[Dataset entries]
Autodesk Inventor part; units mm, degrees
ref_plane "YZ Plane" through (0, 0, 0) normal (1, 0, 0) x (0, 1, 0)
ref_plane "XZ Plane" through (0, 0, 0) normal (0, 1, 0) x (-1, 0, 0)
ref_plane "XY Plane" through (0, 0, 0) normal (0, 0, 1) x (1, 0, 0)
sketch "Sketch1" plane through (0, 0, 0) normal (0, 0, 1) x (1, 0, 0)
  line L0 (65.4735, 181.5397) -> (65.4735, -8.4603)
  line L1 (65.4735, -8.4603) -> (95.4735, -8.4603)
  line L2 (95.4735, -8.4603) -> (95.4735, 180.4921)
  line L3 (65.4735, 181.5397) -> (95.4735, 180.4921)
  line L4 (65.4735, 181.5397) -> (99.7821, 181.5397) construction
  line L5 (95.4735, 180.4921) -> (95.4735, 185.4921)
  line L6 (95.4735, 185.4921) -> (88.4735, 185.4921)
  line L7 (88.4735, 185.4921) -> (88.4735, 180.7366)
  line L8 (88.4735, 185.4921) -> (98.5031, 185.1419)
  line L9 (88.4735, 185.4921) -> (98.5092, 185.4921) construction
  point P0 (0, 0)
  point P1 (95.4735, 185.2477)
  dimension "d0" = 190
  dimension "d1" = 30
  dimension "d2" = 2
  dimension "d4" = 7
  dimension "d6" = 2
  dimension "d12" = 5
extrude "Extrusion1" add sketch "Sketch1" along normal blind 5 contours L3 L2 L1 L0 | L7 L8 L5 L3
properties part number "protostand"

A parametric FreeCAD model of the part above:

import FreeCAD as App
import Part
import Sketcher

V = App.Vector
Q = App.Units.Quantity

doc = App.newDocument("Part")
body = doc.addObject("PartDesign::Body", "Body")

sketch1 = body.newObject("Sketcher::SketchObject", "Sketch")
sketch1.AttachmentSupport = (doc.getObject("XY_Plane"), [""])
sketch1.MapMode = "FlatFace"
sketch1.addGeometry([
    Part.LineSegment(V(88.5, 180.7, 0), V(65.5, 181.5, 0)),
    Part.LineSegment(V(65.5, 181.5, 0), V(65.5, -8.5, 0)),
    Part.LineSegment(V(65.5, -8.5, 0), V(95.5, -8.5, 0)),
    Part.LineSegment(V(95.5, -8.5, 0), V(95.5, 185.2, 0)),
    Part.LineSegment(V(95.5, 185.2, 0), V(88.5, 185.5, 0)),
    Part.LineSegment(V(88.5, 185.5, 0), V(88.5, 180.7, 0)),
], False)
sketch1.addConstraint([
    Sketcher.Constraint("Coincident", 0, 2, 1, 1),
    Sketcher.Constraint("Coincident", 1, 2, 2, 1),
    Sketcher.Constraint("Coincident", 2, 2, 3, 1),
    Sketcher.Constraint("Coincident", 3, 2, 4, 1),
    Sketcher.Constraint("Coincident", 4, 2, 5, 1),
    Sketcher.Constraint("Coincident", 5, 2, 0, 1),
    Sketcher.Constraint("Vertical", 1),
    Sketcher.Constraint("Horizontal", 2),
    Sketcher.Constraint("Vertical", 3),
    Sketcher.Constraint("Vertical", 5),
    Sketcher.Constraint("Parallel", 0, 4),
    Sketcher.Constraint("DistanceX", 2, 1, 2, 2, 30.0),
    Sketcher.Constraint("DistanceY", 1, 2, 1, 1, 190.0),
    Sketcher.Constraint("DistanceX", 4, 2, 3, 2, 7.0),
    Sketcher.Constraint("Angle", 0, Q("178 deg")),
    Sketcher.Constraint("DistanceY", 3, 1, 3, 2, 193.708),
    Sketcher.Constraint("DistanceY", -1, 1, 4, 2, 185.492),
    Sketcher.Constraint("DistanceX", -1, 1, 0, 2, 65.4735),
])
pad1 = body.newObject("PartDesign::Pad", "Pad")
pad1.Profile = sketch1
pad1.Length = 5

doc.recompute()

PROBLEM
What you return should be the lines from the start of the data through the line with "A parametric FreeCAD", quoted exactly and nothing more.

EXERCISE OUTPUT
Autodesk Inventor part; units mm, degrees
ref_plane "YZ Plane" through (0, 0, 0) normal (1, 0, 0) x (0, 1, 0)
ref_plane "XZ Plane" through (0, 0, 0) normal (0, 1, 0) x (-1, 0, 0)
ref_plane "XY Plane" through (0, 0, 0) normal (0, 0, 1) x (1, 0, 0)
sketch "Sketch1" plane through (0, 0, 0) normal (0, 0, 1) x (1, 0, 0)
  line L0 (65.4735, 181.5397) -> (65.4735, -8.4603)
  line L1 (65.4735, -8.4603) -> (95.4735, -8.4603)
  line L2 (95.4735, -8.4603) -> (95.4735, 180.4921)
  line L3 (65.4735, 181.5397) -> (95.4735, 180.4921)
  line L4 (65.4735, 181.5397) -> (99.7821, 181.5397) construction
  line L5 (95.4735, 180.4921) -> (95.4735, 185.4921)
  line L6 (95.4735, 185.4921) -> (88.4735, 185.4921)
  line L7 (88.4735, 185.4921) -> (88.4735, 180.7366)
  line L8 (88.4735, 185.4921) -> (98.5031, 185.1419)
  line L9 (88.4735, 185.4921) -> (98.5092, 185.4921) construction
  point P0 (0, 0)
  point P1 (95.4735, 185.2477)
  dimension "d0" = 190
  dimension "d1" = 30
  dimension "d2" = 2
  dimension "d4" = 7
  dimension "d6" = 2
  dimension "d12" = 5
extrude "Extrusion1" add sketch "Sketch1" along normal blind 5 contours L3 L2 L1 L0 | L7 L8 L5 L3
properties part number "protostand"

A parametric FreeCAD model of the part above:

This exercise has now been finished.